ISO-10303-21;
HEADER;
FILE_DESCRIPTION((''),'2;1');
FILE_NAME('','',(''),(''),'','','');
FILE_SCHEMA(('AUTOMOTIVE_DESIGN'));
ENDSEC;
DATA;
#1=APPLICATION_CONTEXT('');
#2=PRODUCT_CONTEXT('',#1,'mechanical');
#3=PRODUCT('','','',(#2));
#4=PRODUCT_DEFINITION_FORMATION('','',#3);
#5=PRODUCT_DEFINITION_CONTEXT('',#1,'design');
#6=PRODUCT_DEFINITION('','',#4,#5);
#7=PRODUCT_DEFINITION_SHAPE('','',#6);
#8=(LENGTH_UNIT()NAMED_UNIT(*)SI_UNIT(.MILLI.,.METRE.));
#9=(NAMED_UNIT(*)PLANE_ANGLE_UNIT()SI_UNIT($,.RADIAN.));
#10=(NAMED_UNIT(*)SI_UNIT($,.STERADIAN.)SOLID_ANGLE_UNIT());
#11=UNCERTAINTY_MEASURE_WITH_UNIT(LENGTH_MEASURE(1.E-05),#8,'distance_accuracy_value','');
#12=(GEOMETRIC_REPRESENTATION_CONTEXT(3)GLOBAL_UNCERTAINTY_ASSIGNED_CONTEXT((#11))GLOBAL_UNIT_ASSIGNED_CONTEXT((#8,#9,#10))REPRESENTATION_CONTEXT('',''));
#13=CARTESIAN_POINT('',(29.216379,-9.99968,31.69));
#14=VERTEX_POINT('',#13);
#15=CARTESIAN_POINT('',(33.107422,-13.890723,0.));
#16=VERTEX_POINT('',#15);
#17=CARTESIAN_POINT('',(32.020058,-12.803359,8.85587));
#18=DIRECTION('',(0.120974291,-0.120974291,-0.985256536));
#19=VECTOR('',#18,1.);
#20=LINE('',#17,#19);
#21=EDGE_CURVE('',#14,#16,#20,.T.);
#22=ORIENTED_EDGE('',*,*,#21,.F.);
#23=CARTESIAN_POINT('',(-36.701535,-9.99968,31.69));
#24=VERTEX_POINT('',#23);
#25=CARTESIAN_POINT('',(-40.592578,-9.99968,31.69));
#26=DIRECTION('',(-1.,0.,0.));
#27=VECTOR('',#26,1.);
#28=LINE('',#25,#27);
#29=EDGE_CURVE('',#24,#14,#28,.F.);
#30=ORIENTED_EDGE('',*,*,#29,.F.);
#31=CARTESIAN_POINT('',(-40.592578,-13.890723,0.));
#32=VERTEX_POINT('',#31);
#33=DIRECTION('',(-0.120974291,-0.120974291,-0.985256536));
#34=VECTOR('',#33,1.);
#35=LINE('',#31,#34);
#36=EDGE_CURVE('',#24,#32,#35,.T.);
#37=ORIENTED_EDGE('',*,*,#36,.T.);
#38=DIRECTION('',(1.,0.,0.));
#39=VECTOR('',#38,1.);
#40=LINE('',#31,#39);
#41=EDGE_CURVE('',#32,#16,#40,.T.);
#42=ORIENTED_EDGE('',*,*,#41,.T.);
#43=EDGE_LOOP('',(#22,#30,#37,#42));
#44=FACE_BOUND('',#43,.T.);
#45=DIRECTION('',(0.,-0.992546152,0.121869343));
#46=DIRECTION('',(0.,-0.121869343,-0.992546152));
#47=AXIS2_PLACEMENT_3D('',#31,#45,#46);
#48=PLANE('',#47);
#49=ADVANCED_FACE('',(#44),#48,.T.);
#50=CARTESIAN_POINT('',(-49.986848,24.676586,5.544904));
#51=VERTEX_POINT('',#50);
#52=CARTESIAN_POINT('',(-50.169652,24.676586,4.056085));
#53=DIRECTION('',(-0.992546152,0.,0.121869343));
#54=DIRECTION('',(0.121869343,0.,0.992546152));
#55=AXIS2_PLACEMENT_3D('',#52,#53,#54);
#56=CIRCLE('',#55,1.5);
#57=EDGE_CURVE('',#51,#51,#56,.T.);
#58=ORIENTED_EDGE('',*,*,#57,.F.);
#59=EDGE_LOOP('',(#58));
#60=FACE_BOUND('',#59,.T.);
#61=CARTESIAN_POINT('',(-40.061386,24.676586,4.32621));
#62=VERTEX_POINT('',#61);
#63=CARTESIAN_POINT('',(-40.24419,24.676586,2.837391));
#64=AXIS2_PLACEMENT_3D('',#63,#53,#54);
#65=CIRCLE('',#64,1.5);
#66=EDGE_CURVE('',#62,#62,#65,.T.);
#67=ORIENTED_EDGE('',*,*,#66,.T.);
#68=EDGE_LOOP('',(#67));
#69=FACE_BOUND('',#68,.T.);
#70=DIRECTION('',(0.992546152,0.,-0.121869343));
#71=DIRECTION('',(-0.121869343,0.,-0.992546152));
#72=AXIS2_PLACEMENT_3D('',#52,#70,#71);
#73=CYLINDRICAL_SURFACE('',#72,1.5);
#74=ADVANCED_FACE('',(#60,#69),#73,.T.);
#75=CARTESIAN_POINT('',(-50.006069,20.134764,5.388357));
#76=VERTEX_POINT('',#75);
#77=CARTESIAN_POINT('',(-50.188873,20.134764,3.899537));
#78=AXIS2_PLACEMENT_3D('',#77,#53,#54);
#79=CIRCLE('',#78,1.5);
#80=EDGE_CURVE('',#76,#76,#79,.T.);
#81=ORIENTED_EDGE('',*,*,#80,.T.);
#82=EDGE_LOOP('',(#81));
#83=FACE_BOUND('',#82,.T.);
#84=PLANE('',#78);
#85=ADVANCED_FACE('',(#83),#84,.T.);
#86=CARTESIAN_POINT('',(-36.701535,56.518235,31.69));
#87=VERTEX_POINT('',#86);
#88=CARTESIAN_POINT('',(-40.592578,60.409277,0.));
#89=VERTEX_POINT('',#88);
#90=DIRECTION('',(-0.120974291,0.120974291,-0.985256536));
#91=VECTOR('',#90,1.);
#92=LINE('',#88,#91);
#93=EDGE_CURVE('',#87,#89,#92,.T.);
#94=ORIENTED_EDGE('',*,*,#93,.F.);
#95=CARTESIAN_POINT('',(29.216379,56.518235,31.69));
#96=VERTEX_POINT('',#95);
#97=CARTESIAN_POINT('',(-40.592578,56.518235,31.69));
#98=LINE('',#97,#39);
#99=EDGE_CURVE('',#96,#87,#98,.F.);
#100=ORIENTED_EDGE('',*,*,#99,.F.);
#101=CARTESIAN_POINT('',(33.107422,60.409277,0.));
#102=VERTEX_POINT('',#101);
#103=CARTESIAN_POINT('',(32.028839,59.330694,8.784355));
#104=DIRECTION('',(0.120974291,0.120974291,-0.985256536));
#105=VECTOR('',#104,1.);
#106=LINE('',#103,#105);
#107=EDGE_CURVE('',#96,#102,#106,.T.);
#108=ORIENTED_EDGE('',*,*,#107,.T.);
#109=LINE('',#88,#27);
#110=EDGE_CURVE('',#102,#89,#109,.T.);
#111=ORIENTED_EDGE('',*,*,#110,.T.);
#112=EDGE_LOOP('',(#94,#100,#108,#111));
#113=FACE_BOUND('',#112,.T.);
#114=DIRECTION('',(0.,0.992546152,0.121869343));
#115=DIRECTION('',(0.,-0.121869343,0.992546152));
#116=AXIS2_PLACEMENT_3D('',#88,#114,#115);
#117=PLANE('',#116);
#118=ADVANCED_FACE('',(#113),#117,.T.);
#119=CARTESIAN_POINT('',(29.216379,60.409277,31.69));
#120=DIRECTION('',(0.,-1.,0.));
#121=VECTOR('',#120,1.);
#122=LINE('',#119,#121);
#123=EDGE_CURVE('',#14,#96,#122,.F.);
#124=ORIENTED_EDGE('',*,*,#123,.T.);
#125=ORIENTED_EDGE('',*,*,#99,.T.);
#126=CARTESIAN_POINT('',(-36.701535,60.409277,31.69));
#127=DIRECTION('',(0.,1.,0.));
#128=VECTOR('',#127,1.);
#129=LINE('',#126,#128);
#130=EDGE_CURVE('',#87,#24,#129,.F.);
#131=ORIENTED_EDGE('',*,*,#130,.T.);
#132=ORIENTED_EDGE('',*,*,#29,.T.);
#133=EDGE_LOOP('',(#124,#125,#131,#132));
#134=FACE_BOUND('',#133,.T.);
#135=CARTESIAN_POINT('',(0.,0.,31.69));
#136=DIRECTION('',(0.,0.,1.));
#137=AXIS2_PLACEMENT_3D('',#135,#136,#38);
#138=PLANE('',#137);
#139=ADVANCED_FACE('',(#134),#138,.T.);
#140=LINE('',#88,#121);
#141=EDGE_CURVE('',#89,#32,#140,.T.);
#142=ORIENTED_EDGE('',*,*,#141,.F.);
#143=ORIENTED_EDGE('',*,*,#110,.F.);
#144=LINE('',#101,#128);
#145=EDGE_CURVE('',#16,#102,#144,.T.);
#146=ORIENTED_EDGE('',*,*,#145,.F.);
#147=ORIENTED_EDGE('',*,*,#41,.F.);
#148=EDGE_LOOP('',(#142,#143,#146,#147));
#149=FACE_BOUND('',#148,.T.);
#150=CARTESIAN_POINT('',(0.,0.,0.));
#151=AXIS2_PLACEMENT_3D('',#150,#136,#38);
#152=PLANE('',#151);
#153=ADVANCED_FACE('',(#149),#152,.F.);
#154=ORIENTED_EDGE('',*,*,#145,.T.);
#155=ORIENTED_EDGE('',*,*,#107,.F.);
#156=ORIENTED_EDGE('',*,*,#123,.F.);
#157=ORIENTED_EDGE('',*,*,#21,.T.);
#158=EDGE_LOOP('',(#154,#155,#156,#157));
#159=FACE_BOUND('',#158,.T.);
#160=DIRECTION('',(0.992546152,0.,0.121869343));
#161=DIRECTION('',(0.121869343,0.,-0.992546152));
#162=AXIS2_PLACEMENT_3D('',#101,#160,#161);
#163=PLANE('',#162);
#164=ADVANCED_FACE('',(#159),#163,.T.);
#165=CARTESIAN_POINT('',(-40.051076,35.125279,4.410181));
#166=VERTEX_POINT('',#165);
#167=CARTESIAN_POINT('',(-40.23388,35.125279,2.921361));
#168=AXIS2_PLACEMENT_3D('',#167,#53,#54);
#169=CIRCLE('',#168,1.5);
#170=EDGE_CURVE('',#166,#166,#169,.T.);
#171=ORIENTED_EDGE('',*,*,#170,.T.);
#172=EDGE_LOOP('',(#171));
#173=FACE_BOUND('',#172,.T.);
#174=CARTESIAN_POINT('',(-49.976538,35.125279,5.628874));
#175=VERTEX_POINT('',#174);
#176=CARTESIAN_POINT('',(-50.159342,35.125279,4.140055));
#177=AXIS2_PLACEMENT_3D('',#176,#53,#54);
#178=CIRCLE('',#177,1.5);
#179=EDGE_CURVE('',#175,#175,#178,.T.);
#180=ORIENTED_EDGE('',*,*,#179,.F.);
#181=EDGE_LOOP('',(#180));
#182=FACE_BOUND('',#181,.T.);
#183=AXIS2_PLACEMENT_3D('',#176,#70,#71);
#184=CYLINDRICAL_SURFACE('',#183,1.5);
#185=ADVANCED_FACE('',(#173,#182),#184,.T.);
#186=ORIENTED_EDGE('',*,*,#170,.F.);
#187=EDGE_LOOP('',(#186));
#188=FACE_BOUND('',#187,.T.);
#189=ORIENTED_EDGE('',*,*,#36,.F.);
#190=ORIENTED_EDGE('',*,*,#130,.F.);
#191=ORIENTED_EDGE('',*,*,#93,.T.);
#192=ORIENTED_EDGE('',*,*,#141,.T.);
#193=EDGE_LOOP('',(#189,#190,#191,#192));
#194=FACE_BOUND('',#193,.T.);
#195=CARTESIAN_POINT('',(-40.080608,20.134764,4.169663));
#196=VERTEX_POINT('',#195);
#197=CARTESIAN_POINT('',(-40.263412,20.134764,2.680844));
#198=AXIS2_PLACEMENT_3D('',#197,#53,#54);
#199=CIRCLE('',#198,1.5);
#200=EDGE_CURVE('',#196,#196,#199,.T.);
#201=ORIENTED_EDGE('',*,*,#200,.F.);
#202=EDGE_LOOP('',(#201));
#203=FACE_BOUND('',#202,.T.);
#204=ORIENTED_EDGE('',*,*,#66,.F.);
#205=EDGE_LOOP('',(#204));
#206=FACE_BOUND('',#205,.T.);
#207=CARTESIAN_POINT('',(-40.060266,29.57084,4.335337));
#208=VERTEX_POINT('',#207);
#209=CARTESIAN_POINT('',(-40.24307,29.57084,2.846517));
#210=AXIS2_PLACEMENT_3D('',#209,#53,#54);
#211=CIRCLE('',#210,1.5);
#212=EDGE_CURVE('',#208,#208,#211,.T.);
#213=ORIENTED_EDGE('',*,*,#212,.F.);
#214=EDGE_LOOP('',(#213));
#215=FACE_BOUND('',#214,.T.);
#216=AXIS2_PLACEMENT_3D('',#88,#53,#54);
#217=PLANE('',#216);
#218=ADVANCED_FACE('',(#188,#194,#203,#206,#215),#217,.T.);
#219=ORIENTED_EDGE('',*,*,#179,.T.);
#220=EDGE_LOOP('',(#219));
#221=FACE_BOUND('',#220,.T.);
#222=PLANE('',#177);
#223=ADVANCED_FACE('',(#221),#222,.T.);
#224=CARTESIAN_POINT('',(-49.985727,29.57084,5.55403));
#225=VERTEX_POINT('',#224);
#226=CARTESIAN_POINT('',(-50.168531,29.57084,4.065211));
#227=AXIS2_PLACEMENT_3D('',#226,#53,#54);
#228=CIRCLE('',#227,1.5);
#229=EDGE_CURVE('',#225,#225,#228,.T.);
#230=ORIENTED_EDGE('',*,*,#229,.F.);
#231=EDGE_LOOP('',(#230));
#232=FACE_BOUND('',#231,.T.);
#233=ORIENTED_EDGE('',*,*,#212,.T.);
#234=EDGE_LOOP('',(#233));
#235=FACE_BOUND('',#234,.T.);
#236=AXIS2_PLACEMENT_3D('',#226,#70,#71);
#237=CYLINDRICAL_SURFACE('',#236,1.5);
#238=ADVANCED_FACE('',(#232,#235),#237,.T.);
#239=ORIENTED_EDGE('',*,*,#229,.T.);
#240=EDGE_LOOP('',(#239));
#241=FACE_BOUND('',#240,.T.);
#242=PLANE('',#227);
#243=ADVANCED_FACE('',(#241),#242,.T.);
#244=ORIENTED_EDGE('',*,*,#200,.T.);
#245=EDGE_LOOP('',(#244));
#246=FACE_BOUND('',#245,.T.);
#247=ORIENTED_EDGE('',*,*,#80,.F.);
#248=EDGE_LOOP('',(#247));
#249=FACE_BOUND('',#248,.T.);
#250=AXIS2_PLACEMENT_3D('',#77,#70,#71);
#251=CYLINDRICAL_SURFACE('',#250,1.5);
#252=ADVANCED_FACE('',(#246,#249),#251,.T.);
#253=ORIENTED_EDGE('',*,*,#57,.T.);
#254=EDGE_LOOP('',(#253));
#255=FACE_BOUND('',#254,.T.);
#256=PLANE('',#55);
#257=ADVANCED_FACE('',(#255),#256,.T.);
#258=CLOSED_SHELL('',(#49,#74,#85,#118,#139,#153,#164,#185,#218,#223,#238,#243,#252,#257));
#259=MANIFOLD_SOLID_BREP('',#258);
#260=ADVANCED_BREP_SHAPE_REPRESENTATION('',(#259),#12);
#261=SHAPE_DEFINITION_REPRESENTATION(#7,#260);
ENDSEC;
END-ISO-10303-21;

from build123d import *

# Parameters (mm, degrees)
SKETCH1_W           = 73.7
SKETCH1_H           = 74.3
BOSS_EXTRUDE1_DEPTH = 31.69
BOSS_EXTRUDE1_TAPER = 7
SKETCH2_R           = 1.5
BOSS_EXTRUDE2_DEPTH = 10
SKETCH3_R           = 1.5
BOSS_EXTRUDE3_DEPTH = 10
SKETCH4_R           = 1.5
BOSS_EXTRUDE4_DEPTH = 10
SKETCH5_R           = 1.5
BOSS_EXTRUDE5_DEPTH = 10


with BuildPart() as part:
    # Sketch1 → Boss-Extrude1 (new body)
    with BuildSketch(Plane.XY):
        with Locations((-3.742578125, 23.259277344)):
            Rectangle(SKETCH1_W, SKETCH1_H)
    extrude(amount=BOSS_EXTRUDE1_DEPTH, taper=BOSS_EXTRUDE1_TAPER)

    # Sketch2 → Boss-Extrude2 (add)
    with BuildSketch(Plane(origin=(-39.989691599, 0, 4.910116724), x_dir=(0.1218693434051475, 0, 0.992546151641322), z_dir=(-0.992546151641322, 0, 0.1218693434051475))):
        with Locations((-2.003690491, 35.125279491)):
            Circle(SKETCH2_R)
    extrude(amount=BOSS_EXTRUDE2_DEPTH)

    # Sketch3 → Boss-Extrude3 (add)
    with BuildSketch(Plane(origin=(-39.989691599, 0, 4.910116724), x_dir=(0.1218693434051475, 0, 0.992546151641322), z_dir=(-0.992546151641322, 0, 0.1218693434051475))):
        with Locations((-2.079096661, 29.570839743)):
            Circle(SKETCH3_R)
    extrude(amount=BOSS_EXTRUDE3_DEPTH)

    # Sketch4 → Boss-Extrude4 (add)
    with BuildSketch(Plane(origin=(-39.989691599, 0, 4.910116724), x_dir=(0.1218693434051475, 0, 0.992546151641322), z_dir=(-0.992546151641322, 0, 0.1218693434051475))):
        with Locations((-2.088291419, 24.676586011)):
            Circle(SKETCH4_R)
    extrude(amount=BOSS_EXTRUDE4_DEPTH)

    # Sketch5 → Boss-Extrude5 (add)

■ Problem to work on
Please give back, exactly as it stands above, the stretch from the line with "#261=SHAPE_DEFINITION_REPRESENTATION(#7,#260);" through the line with "END-ISO-10303-21;", and no line outside it.

■ Exercise output
#261=SHAPE_DEFINITION_REPRESENTATION(#7,#260);
ENDSEC;
END-ISO-10303-21;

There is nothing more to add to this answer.